Bank Street Survey Shows Desire for Improved Transportation Safety, Bike Lanes and Better Sidewalks

For Immediate Release

June 5, 2024


A survey commissioned by the Office of Councillor Shawn Menard found that those shopping along Bank Street in the Glebe and Old Ottawa South want improvements to the corridor’s active transportation facilities. With 1,449 respondents, the survey targeted primarily patrons of local businesses, noting that with residents’ “concerns about safety, congestion, and livability, city planners must heed the call of residents to transform bank street into a walkable, accessible main street.”

Respondents were asked questions to gauge their current and preferred transportation methods, their spending habits, and the frequency of their visits to Bank Street in the two neighbourhoods. A clear desire for better, safer facilities for bicyclists and pedestrians emerged, with the addition of bicycle lanes being the most desired improvement by a plurality of respondents (43%), followed by wider sidewalks (26%).

“This is important feedback we’re getting,” commented Capital Ward Councillor Shawn Menard. “Residents are telling us that to get to Bank Street and support local businesses, they want more transportation options, and they want to be able to walk and bike safely to their destination.” Menard notes that the findings align with what has been seen in other cities across North America. “If you look at Vancouver and Toronto and Montreal and Portland and Minneapolis, and the list goes on, they make it safe for people to bike and walk and take transit…and businesses benefit.”

Earlier this year, the Glebe Community Association also published a report on active transportation in the Glebe. The report highlighted the above-average rate of active transportation users in the neighbourhood, with approximately 37% of trips in 2015 done as a bicyclist or pedestrian (compared to a city-wide average of 10%), demonstrating “that the neighborhood is suitable for active travel and that there is a potential to generate a higher number of trips made by walking and cycling by improving the safety and comfort for these vulnerable users.” Improved active transportation facilities would improve the experience of pedestrians and bicyclists, while promoting equity and connectivity with other communities, the report stated.

City Consultations

The city has launched the Bank Street in the Glebe Active Transportation and Transit Priority Feasibility Study and will be holding an Open House to gather more information on the transportation needs of residents living in and visiting the Glebe.
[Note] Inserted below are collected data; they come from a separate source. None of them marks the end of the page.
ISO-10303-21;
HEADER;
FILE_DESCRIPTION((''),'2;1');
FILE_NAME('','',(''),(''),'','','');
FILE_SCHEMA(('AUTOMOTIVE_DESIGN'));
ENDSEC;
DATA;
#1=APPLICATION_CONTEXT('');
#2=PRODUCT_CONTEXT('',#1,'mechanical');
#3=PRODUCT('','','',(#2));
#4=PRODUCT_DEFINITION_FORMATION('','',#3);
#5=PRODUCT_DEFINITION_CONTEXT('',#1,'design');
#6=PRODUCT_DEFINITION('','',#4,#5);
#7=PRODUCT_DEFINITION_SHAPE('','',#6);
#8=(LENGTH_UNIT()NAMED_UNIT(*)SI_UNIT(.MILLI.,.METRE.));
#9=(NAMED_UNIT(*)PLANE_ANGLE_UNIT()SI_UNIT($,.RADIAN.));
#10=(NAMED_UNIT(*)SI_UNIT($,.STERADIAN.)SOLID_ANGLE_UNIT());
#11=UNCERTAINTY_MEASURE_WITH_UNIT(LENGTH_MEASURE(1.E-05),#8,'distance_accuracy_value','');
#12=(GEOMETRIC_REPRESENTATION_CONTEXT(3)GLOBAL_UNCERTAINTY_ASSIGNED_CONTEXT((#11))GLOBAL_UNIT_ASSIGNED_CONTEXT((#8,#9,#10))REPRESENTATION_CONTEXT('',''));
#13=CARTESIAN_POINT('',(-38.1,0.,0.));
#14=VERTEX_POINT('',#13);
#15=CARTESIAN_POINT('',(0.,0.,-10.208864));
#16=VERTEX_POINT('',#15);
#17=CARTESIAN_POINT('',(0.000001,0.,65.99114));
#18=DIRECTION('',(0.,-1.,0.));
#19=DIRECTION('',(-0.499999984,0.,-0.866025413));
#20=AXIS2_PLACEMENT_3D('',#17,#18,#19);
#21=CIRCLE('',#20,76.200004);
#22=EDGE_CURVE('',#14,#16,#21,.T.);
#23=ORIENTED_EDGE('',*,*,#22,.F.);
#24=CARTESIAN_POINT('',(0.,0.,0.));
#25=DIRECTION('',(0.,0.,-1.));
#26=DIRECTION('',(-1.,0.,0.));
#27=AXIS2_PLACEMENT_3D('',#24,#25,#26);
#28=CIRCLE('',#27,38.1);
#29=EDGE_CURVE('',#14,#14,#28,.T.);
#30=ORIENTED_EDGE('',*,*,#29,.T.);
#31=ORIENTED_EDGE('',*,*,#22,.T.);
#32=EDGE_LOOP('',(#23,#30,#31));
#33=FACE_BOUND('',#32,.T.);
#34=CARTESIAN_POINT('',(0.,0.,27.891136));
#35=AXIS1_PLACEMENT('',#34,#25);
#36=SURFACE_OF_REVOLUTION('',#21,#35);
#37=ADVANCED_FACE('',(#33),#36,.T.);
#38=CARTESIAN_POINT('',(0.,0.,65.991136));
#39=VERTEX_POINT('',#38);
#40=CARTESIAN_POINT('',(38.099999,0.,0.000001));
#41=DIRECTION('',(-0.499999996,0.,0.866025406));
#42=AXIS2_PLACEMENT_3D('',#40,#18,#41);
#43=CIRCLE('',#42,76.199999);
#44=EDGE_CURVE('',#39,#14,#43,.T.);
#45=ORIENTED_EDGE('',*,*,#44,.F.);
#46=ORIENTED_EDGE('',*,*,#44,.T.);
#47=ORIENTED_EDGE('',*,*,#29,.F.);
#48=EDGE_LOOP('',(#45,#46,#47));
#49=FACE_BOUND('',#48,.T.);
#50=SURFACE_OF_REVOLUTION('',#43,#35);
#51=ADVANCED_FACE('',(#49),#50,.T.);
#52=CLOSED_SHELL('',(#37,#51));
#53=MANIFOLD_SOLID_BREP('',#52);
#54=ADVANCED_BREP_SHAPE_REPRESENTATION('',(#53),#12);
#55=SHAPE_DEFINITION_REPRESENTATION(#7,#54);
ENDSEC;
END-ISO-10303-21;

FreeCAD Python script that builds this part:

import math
import FreeCAD as App
import Part
import Sketcher

V = App.Vector
Q = App.Units.Quantity

doc = App.newDocument("Part")
body = doc.addObject("PartDesign::Body", "Body")

sketch1 = body.newObject("Sketcher::SketchObject", "Sketch")
sketch1.AttachmentSupport = (doc.getObject("XZ_Plane"), [""])
sketch1.MapMode = "FlatFace"
sketch1.addGeometry(Part.ArcOfCircle(Part.Circle(V(38, 0, 0), V(0, 0, 1), 76), math.radians(120), math.radians(180)), False)
sketch1.addGeometry(Part.ArcOfCircle(Part.Circle(V(0, 66, 0), V(0, 0, 1), 76), math.radians(-120), math.radians(-90)), False)
sketch1.addGeometry(Part.LineSegment(V(0, -10, 0), V(0, 66, 0)), False)
sketch1.addConstraint(Sketcher.Constraint("Coincident", 0, 2, 1, 1))
sketch1.addConstraint(Sketcher.Constraint("Coincident", 1, 2, 2, 1))
sketch1.addConstraint(Sketcher.Constraint("Coincident", 2, 2, 0, 1))
sketch1.addConstraint(Sketcher.Constraint("Vertical", 2))
sketch1.addConstraint(Sketcher.Constraint("Coincident", 2, 2, 1, 3))
sketch1.addConstraint(Sketcher.Constraint("PointOnObject", 0, 3, -1))
sketch1.addConstraint(Sketcher.Constraint("PointOnObject", 1, 3, -2))
sketch1.addConstraint(Sketcher.Constraint("PointOnObject", 0, 2, -1))
sketch1.addConstraint(Sketcher.Constraint("Radius", 0, Q("3 in")))
sketch1.addConstraint(Sketcher.Constraint("Radius", 1, Q("3.0000001 in")))
revolution = body.newObject("PartDesign::Revolution", "Revolution")
revolution.Profile = sketch1
revolution.ReferenceAxis = (sketch1, ["V_Axis"])
revolution.Angle = 360

doc.recompute()
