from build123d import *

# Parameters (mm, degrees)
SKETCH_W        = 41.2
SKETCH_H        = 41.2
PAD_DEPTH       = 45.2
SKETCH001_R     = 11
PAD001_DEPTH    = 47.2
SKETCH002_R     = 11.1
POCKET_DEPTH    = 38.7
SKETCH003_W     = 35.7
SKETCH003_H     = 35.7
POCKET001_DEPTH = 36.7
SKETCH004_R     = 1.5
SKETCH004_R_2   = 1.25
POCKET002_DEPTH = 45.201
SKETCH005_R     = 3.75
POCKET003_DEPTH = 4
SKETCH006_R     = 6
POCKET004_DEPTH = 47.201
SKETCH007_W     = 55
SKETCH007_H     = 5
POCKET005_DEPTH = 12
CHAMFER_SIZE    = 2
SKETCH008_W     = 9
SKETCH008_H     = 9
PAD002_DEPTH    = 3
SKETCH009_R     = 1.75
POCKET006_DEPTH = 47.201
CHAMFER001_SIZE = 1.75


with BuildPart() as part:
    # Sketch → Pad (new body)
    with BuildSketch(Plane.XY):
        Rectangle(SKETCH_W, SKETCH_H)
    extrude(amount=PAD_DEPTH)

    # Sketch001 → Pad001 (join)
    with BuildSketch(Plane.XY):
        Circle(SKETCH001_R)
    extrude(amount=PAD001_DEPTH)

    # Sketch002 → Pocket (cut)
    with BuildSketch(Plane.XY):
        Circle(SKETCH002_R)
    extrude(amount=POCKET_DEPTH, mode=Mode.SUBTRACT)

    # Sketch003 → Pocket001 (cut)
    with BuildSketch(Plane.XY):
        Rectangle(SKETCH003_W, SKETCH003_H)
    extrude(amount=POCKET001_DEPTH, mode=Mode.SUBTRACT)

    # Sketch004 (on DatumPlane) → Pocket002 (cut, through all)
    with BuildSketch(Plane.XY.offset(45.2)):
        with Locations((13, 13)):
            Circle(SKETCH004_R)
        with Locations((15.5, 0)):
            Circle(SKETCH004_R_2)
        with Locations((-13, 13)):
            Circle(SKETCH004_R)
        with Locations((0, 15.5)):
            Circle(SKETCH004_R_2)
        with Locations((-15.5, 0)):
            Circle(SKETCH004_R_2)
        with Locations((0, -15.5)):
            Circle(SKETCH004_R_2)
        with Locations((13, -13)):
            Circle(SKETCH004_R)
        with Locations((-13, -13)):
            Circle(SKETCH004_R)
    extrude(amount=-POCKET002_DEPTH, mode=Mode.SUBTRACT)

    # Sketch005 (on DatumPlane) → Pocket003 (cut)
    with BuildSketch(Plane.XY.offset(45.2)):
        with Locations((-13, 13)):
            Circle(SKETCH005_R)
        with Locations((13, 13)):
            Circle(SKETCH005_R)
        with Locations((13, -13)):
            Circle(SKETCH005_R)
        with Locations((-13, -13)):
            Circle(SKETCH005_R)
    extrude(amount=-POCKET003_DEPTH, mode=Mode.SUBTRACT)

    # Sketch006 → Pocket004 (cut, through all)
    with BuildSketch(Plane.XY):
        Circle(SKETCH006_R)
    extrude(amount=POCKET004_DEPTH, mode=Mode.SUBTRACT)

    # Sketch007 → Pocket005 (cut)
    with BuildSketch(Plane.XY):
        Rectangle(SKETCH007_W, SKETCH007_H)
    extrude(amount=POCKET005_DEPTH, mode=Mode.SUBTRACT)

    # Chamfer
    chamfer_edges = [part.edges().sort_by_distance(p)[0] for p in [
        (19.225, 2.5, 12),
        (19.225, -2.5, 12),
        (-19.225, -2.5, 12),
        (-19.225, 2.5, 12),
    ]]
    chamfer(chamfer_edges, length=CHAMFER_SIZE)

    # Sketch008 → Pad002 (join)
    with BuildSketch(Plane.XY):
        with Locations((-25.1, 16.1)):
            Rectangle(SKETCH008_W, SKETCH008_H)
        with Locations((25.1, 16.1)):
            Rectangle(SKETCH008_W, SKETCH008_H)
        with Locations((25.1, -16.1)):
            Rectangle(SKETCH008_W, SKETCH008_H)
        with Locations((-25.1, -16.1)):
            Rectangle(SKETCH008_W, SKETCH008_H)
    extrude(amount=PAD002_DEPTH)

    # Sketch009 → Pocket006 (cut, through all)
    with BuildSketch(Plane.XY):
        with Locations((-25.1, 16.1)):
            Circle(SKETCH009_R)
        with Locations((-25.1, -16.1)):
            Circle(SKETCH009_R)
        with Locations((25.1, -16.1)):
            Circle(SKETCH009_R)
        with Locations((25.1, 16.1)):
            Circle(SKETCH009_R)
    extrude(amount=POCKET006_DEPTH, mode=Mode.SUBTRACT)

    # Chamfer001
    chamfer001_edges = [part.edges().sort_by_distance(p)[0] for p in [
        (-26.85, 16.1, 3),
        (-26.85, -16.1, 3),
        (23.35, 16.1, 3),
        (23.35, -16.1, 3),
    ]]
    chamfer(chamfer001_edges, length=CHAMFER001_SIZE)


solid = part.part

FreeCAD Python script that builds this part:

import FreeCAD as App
import Part
import Sketcher
from FreeCAD import Vector
Q = App.Units.Quantity


def edges_at(feature, points):
    """Names of the edges that pass closest to the given points."""
    edges = feature.Shape.Edges
    near = lambda p: min(range(len(edges)), key=lambda i: edges[i].distToShape(Part.Vertex(*p))[0])
    return sorted({f"Edge{near(p) + 1}" for p in points})

doc = App.newDocument("Part")
params = doc.addObject("Spreadsheet::Sheet", "Params")
for row, (alias, value) in enumerate([
    ("sketch1_width", "41.2 mm"),
    ("pad1_length", "45.2 mm"),
    ("sketch2_diameter", "22 mm"),
    ("pad2_length", "47.2 mm"),
    ("sketch3_diameter", "22.2 mm"),
    ("pocket1_length", "38.7 mm"),
    ("sketch4_width", "35.7 mm"),
    ("pocket2_length", "36.7 mm"),
    ("sketch5_diameter", "3 mm"),
    ("sketch5_diameter2", "2.5 mm"),
    ("sketch6_diameter", "7.5 mm"),
    ("pocket4_length", "4 mm"),
    ("sketch7_diameter", "12 mm"),
    ("sketch8_width", "55 mm"),
    ("sketch8_height", "5 mm"),
    ("pocket6_length", "12 mm"),
    ("chamfer_size", "2 mm"),
    ("sketch9_width", "9 mm"),
    ("pad3_length", "3 mm"),
    ("sketch10_diameter", "3.5 mm"),
    ("chamfer2_size", "1.75 mm"),
], start=1):
    params.set(f"A{row}", alias)
    params.set(f"B{row}", "=" + value)
    params.setAlias(f"B{row}", alias)

body = doc.addObject("PartDesign::Body", "Body")

# Sketch on XY plane
sketch1 = body.newObject("Sketcher::SketchObject", "Sketch")
sketch1.AttachmentSupport = (doc.getObject("XY_Plane"), [""])
sketch1.MapMode = "FlatFace"
sketch1.addGeometry(Part.LineSegment(Vector(-20.6, 20.6, 0), Vector(-20.6, -20.6, 0)), False)
sketch1.addGeometry(Part.LineSegment(Vector(-20.6, -20.6, 0), Vector(20.6, -20.6, 0)), False)
sketch1.addGeometry(Part.LineSegment(Vector(20.6, -20.6, 0), Vector(20.6, 20.6, 0)), False)
sketch1.addGeometry(Part.LineSegment(Vector(20.6, 20.6, 0), Vector(-20.6, 20.6, 0)), False)
sketch1.addConstraint(Sketcher.Constraint("Coincident", 0, 2, 1, 1))
sketch1.addConstraint(Sketcher.Constraint("Coincident", 1, 2, 2, 1))
sketch1.addConstraint(Sketcher.Constraint("Coincident", 2, 2, 3, 1))
sketch1.addConstraint(Sketcher.Constraint("Coincident", 3, 2, 0, 1))
sketch1.addConstraint(Sketcher.Constraint("Vertical", 0))
sketch1.addConstraint(Sketcher.Constraint("Horizontal", 1))
sketch1.addConstraint(Sketcher.Constraint("Vertical", 2))
sketch1.addConstraint(Sketcher.Constraint("Horizontal", 3))
sketch1.addConstraint(Sketcher.Constraint("Symmetric", 0, 2, 2, 2, -1, 1))
sketch1.addConstraint(Sketcher.Constraint("Equal", 3, 0))
sketch1.addConstraint(Sketcher.Constraint("DistanceX", 1, 1, 1, 2, Q("41.2 mm")))
sketch1.setExpression("Constraints[10]", "Params.sketch1_width")
pad1 = body.newObject("PartDesign::Pad", "Pad")
pad1.Profile = sketch1
pad1.setExpression("Length", "Params.pad1_length")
“I’m very happy to see this study underway,” said Menard. “Bank Street is growing, and the status quo is failing residents. We need to find safer, more efficient ways to travel that benefit small businesses and make the area an even better destination.”

In recent years, the Bank Street Canal Bridge was re-designed with two raised bicycle lanes and three vehicle lanes, and with similar improvements coming the Billings Bridge and new cycletracks on Bank Street from the river to Walkley, Menard sees this project as an opportunity to create better connections between communities all along Bank Street.

“It’s exciting to think how transformative this could be for the city."

The Online Public Open House will be held on Wednesday June 12 at 6:30 pm. Those interested in attending can register here. A second Open House will be held in the coming months.